China has much to show the world about the value of economic openness, of conditions favorable to foreign investment, tariff reduction, and increased reliance on market discipline. Therefore, I hope China will be active in the global negotiations in persuading countries that have resisted reforms to follow this proven path to economic development.

China's Challenge
A hundred years ago, a weak and decrepit and old China was turned upside-down by forces from abroad. The costs of closed custom created a devastating price for generations of Chinese in the 20th century.

In 2002, a reforming China, now a member of the WTO, is much better positioned to benefit from the achievements of peoples and countries far from its shores, and in turn to help enrich others around the world. Yet no future is preordained.

Almost a hundred years ago, young university students like you tried to prod China into the modern world. Your challenges will be different. You will have the advantage of the economic decisions, and hard work, of generations that have finally begun to fulfill the promise of the May 4 Movement of so many long years ago. Your calling is to build on these achievements — by building a modern economy, an open and tolerant society, a democratic political system, and a just society.

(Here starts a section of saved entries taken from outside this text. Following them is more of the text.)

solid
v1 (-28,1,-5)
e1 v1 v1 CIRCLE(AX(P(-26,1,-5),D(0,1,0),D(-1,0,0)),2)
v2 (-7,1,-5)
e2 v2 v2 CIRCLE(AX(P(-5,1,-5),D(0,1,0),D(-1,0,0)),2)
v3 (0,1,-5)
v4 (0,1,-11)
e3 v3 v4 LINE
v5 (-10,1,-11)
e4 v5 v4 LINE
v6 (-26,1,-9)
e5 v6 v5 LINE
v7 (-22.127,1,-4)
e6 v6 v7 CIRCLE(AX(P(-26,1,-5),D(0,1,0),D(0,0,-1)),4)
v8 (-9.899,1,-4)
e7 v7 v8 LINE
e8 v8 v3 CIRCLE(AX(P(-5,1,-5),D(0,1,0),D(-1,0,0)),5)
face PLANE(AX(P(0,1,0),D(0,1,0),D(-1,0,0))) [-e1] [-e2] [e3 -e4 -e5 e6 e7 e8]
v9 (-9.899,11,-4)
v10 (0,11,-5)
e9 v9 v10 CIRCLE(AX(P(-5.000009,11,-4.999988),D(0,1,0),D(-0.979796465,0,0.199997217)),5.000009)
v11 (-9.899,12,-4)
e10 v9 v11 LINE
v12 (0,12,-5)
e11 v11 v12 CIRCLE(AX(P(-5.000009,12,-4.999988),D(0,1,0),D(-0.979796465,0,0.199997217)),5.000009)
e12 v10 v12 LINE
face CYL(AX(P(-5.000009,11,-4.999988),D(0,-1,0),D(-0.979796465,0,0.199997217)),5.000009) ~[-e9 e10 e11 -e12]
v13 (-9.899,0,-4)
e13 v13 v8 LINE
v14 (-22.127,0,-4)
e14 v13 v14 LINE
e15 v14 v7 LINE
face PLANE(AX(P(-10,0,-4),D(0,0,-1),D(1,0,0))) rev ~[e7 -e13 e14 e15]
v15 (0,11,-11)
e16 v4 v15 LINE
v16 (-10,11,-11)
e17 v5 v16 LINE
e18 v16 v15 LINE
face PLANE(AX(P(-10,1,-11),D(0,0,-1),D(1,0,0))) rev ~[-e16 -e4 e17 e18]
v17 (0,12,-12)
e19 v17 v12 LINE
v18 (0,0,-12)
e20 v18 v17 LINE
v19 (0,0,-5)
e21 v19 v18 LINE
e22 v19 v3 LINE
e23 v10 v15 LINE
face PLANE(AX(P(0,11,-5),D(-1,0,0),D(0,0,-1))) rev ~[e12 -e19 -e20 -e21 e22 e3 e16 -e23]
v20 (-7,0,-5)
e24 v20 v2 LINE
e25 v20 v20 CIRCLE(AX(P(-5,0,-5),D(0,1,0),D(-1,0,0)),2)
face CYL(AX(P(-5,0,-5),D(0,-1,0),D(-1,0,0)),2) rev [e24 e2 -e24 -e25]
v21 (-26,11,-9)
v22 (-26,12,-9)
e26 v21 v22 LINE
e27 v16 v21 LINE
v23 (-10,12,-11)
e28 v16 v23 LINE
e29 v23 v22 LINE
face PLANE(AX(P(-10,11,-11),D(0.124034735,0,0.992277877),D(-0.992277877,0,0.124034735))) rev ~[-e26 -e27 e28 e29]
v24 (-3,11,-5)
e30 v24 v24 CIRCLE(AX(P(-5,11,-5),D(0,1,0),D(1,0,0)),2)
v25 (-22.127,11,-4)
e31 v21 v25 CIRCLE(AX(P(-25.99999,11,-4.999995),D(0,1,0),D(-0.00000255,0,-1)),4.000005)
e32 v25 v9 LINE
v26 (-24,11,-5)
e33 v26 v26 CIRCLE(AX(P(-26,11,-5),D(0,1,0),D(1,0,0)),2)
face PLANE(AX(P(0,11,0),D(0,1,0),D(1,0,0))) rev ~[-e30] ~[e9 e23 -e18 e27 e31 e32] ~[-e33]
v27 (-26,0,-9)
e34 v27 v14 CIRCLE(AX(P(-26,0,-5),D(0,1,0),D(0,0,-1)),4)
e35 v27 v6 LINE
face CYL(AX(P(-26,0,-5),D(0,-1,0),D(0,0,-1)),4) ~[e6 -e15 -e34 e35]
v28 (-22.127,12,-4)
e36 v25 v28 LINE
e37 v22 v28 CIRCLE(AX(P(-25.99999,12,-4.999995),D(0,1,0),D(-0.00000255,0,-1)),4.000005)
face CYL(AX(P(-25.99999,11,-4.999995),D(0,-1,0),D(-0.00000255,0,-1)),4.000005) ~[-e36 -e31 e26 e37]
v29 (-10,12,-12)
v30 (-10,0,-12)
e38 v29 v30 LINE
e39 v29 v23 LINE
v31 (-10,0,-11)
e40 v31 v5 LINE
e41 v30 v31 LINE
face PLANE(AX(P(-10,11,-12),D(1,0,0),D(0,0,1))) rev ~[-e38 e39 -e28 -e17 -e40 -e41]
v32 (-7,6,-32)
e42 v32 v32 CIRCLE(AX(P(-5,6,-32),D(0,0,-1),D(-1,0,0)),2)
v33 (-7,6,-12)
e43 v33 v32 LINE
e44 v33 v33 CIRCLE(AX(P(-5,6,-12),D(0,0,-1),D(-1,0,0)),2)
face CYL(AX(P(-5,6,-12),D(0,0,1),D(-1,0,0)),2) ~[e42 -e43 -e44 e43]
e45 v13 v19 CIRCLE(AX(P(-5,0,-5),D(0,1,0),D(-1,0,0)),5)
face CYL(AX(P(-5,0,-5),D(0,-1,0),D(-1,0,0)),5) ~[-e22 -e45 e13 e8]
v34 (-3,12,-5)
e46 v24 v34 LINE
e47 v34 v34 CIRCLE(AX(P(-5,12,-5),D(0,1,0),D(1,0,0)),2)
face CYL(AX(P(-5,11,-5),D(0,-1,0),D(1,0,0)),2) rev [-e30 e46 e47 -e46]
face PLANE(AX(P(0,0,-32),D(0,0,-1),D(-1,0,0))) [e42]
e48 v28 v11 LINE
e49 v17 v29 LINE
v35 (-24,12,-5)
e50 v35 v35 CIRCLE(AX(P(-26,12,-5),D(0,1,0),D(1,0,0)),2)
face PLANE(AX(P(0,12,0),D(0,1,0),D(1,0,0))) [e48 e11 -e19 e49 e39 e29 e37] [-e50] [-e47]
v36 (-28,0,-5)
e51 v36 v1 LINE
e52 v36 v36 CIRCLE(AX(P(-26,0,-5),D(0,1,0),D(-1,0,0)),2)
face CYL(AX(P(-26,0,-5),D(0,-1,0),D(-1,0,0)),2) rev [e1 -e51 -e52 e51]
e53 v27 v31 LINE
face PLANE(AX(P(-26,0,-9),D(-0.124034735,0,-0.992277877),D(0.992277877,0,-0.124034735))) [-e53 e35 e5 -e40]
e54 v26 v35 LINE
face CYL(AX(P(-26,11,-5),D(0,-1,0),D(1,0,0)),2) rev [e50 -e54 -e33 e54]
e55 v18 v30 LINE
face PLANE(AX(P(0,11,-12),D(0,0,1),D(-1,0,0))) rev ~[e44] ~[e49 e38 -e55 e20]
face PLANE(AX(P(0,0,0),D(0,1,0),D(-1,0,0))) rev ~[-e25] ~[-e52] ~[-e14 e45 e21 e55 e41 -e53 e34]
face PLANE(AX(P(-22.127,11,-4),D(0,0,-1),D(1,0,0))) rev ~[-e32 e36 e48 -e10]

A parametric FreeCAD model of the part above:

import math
import FreeCAD as App
import Part
import Sketcher
from FreeCAD import Vector
Q = App.Units.Quantity


def add_polygon(sketch, points):
    """Adds a closed chain of lines whose ends are joined by coincident constraints."""
    first, n = sketch.GeometryCount, len(points)
    for a, b in zip(points, points[1:] + points[:1]):
        sketch.addGeometry(Part.LineSegment(App.Vector(*a, 0), App.Vector(*b, 0)), False)
    for i in range(n):
        sketch.addConstraint(Sketcher.Constraint("Coincident", first + i, 2, first + (i + 1) % n, 1))

doc = App.newDocument("Part")
params = doc.addObject("Spreadsheet::Sheet", "Params")
for row, (alias, value) in enumerate([
    ("sketch1_diameter", "4 mm"),
    ("sketch1_radius", "4 mm"),
    ("sketch1_radius2", "5 mm"),
    ("sketch1_width", "10 mm"),
    ("sketch1_height", "7 mm"),
    ("pad1_length", "1 mm"),
    ("sketch2_height", "1 mm"),
    ("sketch2_width", "10 mm"),
    ("pad2_length", "10 mm"),
    ("sketch3_diameter", "4 mm"),
    ("sketch3_radius", "4 mm"),
    ("sketch3_radius2", "5 mm"),
    ("sketch3_width", "10 mm"),
    ("sketch3_height", "7 mm"),
    ("pad3_length", "1 mm"),
    ("sketch4_diameter", "4 mm"),
    ("pad4_length", "20 mm"),
], start=1):
    params.set(f"A{row}", alias)
    params.set(f"B{row}", "=" + value)
    params.setAlias(f"B{row}", alias)

body = doc.addObject("PartDesign::Body", "Body")

sketch1 = body.newObject("Sketcher::SketchObject", "Sketch")
sketch1.AttachmentSupport = (doc.getObject("XZ_Plane"), [""])
sketch1.MapMode = "FlatFace"
sketch1.addGeometry([
    Part.LineSegment(Vector(0, -5, 0), Vector(0, -12, 0)),
    Part.LineSegment(Vector(0, -12, 0), Vector(-10, -12, 0)),
    Part.LineSegment(Vector(-10, -12, 0), Vector(-10, -11, 0)),
    Part.LineSegment(Vector(-10, -11, 0), Vector(-26, -9, 0)),
    Part.ArcOfCircle(Part.Circle(Vector(-26, -5, 0), Vector(0, 0, 1), 4), math.radians(14), math.radians(270)),
    Part.LineSegment(Vector(-22.1, -4, 0), Vector(-9.9, -4, 0)),
    Part.ArcOfCircle(Part.Circle(Vector(-5, -5, 0), Vector(0, 0, 1), 5), math.radians(0), math.radians(168)),
    Part.Circle(Vector(-5, -5, 0), Vector(0, 0, 1), 2),
    Part.Circle(Vector(-26, -5, 0), Vector(0, 0, 1), 2),
], False)
sketch1.addConstraint([
    Sketcher.Constraint("Coincident", 0, 2, 1, 1),
    Sketcher.Constraint("Coincident", 1, 2, 2, 1),
    Sketcher.Constraint("Coincident", 2, 2, 3, 1),
    Sketcher.Constraint("Coincident", 3, 2, 4, 2),
    Sketcher.Constraint("Coincident", 4, 1, 5, 1),
    Sketcher.Constraint("Coincident", 5, 2, 6, 2),
    Sketcher.Constraint("Tangent", 6, 1, 0, 1),
    Sketcher.Constraint("Vertical", 0),
    Sketcher.Constraint("Horizontal", 1),
    Sketcher.Constraint("Vertical", 2),
    Sketcher.Constraint("Horizontal", 5),
    Sketcher.Constraint("Coincident", 7, 3, 6, 3),
    Sketcher.Constraint("Coincident", 8, 3, 4, 3),
    Sketcher.Constraint("Equal", 7, 8),
    Sketcher.Constraint("PointOnObject", 0, 2, -2),
    Sketcher.Constraint("Horizontal", 4, 3, 6, 3),
    Sketcher.Constraint("Vertical", 8, 3, 3, 2),
    Sketcher.Constraint("Diameter", 7, Q("4 mm")),
    Sketcher.Constraint("Radius", 4, Q("4 mm")),
    Sketcher.Constraint("Radius", 6, Q("5 mm")),
    Sketcher.Constraint("DistanceX", 1, 2, 1, 1, Q("10 mm")),
    Sketcher.Constraint("DistanceY", 0, 2, 0, 1, Q("7 mm")),
    Sketcher.Constraint("DistanceY", 2, 1, 2, 2, Q("1 mm")),
    Sketcher.Constraint("DistanceY", 4, 3, -1, 1, Q("5 mm")),
    Sketcher.Constraint("DistanceY", 4, 1, -1, 1, Q("4 mm")),
    Sketcher.Constraint("DistanceX", 4, 3, -1, 1, Q("26 mm")),
])
sketch1.setExpression("Constraints[17]", "Params.sketch1_diameter")
sketch1.setExpression("Constraints[18]", "Params.sketch1_radius")
sketch1.setExpression("Constraints[19]", "Params.sketch1_radius2")
sketch1.setExpression("Constraints[20]", "Params.sketch1_width")
sketch1.setExpression("Constraints[21]", "Params.sketch1_height")
pad1 = body.newObject("PartDesign::Pad", "Pad")
pad1.Profile = sketch1
pad1.setExpression("Length", "Params.pad1_length")
pad1.Reversed = True

sketch2 = body.newObject("Sketcher::SketchObject", "Sketch001")
sketch2.AttachmentSupport = (doc.getObject("XZ_Plane"), [""])
sketch2.MapMode = "FlatFace"
sketch2.AttachmentOffset = App.Placement(Vector(0, 0, -1), App.Rotation())
add_polygon(sketch2, [(0, -11), (0, -12), (-10, -12), (-10, -11)])
sketch2.addConstraint([
    Sketcher.Constraint("Vertical", 0),
    Sketcher.Constraint("Horizontal", 1),
    Sketcher.Constraint("Vertical", 2),
    Sketcher.Constraint("Horizontal", 3),
    Sketcher.Constraint("PointOnObject", 0, 2, -2),
    Sketcher.Constraint("DistanceY", 0, 2, 0, 1, Q("1 mm")),
    Sketcher.Constraint("DistanceX", 1, 2, 1, 1, Q("10 mm")),
    Sketcher.Constraint("DistanceY", 0, 2, -1, 1, Q("12 mm")),
])
sketch2.setExpression("Constraints[9]", "Params.sketch2_height")
sketch2.setExpression("Constraints[10]", "Params.sketch2_width")
pad2 = body.newObject("PartDesign::Pad", "Pad001")
pad2.Profile = sketch2
pad2.setExpression("Length", "Params.pad2_length")
pad2.Reversed = True

sketch3 = body.newObject("Sketcher::SketchObject", "Sketch002")
sketch3.AttachmentSupport = (doc.getObject("XZ_Plane"), [""])
sketch3.MapMode = "FlatFace"
sketch3.AttachmentOffset = App.Placement(Vector(0, 0, -11), App.Rotation())
sketch3.addGeometry([
    Part.ArcOfCircle(Part.Circle(Vector(-5, -5, 0), Vector(0, 0, 1), 5), math.radians(0), math.radians(168)),
    Part.LineSegment(Vector(0, -5, 0), Vector(0, -12, 0)),
    Part.LineSegment(Vector(0, -12, 0), Vector(-10, -12, 0)),
    Part.LineSegment(Vector(-10, -12, 0), Vector(-10, -11, 0)),
    Part.LineSegment(Vector(-10, -11, 0), Vector(-26, -9, 0)),
    Part.ArcOfCircle(Part.Circle(Vector(-26, -5, 0), Vector(0, 0, 1), 4), math.radians(14), math.radians(270)),
    Part.LineSegment(Vector(-22.1, -4, 0), Vector(-9.9, -4, 0)),
    Part.Circle(Vector(-26, -5, 0), Vector(0, 0, 1), 2),
    Part.Circle(Vector(-5, -5, 0), Vector(0, 0, 1), 2),
], False)
sketch3.addConstraint([
    Sketcher.Constraint("Tangent", 0, 1, 1, 1),
    Sketcher.Constraint("Coincident", 1, 2, 2, 1),
    Sketcher.Constraint("Coincident", 2, 2, 3, 1),
    Sketcher.Constraint("Coincident", 3, 2, 4, 1),
    Sketcher.Constraint("Coincident", 4, 2, 5, 2),
    Sketcher.Constraint("Coincident", 5, 1, 6, 1),
    Sketcher.Constraint("Coincident", 6, 2, 0, 2),
    Sketcher.Constraint("Vertical", 1),
    Sketcher.Constraint("Horizontal", 2),
    Sketcher.Constraint("Vertical", 3),
    Sketcher.Constraint("Horizontal", 6),
    Sketcher.Constraint("Coincident", 7, 3, 5, 3),
    Sketcher.Constraint("Coincident", 8, 3, 0, 3),
    Sketcher.Constraint("Equal", 7, 8),
    Sketcher.Constraint("PointOnObject", 0, 1, -2),
    Sketcher.Constraint("Horizontal", 0, 3, 5, 3),
    Sketcher.Constraint("Vertical", 7, 3, 4, 2),
    Sketcher.Constraint("Diameter", 7, Q("4 mm")),
    Sketcher.Constraint("Radius", 5, Q("4 mm")),
    Sketcher.Constraint("DistanceY", 5, 1, -1, 1, Q("4 mm")),
    Sketcher.Constraint("Radius", 0, Q("5 mm")),
    Sketcher.Constraint("DistanceX", 2, 2, 2, 1, Q("10 mm")),
    Sketcher.Constraint("DistanceY", 1, 2, 1, 1, Q("7 mm")),
    Sketcher.Constraint("DistanceY", 3, 1, 3, 2, Q("1 mm")),
    Sketcher.Constraint("DistanceY", 0, 3, -1, 1, Q("5 mm")),
    Sketcher.Constraint("DistanceX", 5, 3, -1, 1, Q("26 mm")),
])
sketch3.setExpression("Constraints[17]", "Params.sketch3_diameter")
sketch3.setExpression("Constraints[18]", "Params.sketch3_radius")
sketch3.setExpression("Constraints[20]", "Params.sketch3_radius2")
sketch3.setExpression("Constraints[21]", "Params.sketch3_width")
sketch3.setExpression("Constraints[22]", "Params.sketch3_height")
pad3 = body.newObject("PartDesign::Pad", "Pad002")
pad3.Profile = sketch3
pad3.setExpression("Length", "Params.pad3_length")
pad3.Reversed = True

In facing these challenges, I hope you will not neglect one last one — strengthening the ties between China and the United States. There will be no more important relationship than ours in this century. Neither of our countries will achieve what it wants, and needs, if we allow our differences to overshadow our common goals. I will do what I can to make the 21st century one of peace between our countries, a century in which our countries compete and cooperate economically and scientifically to the benefit of both our peoples. I am hopeful you will do the same.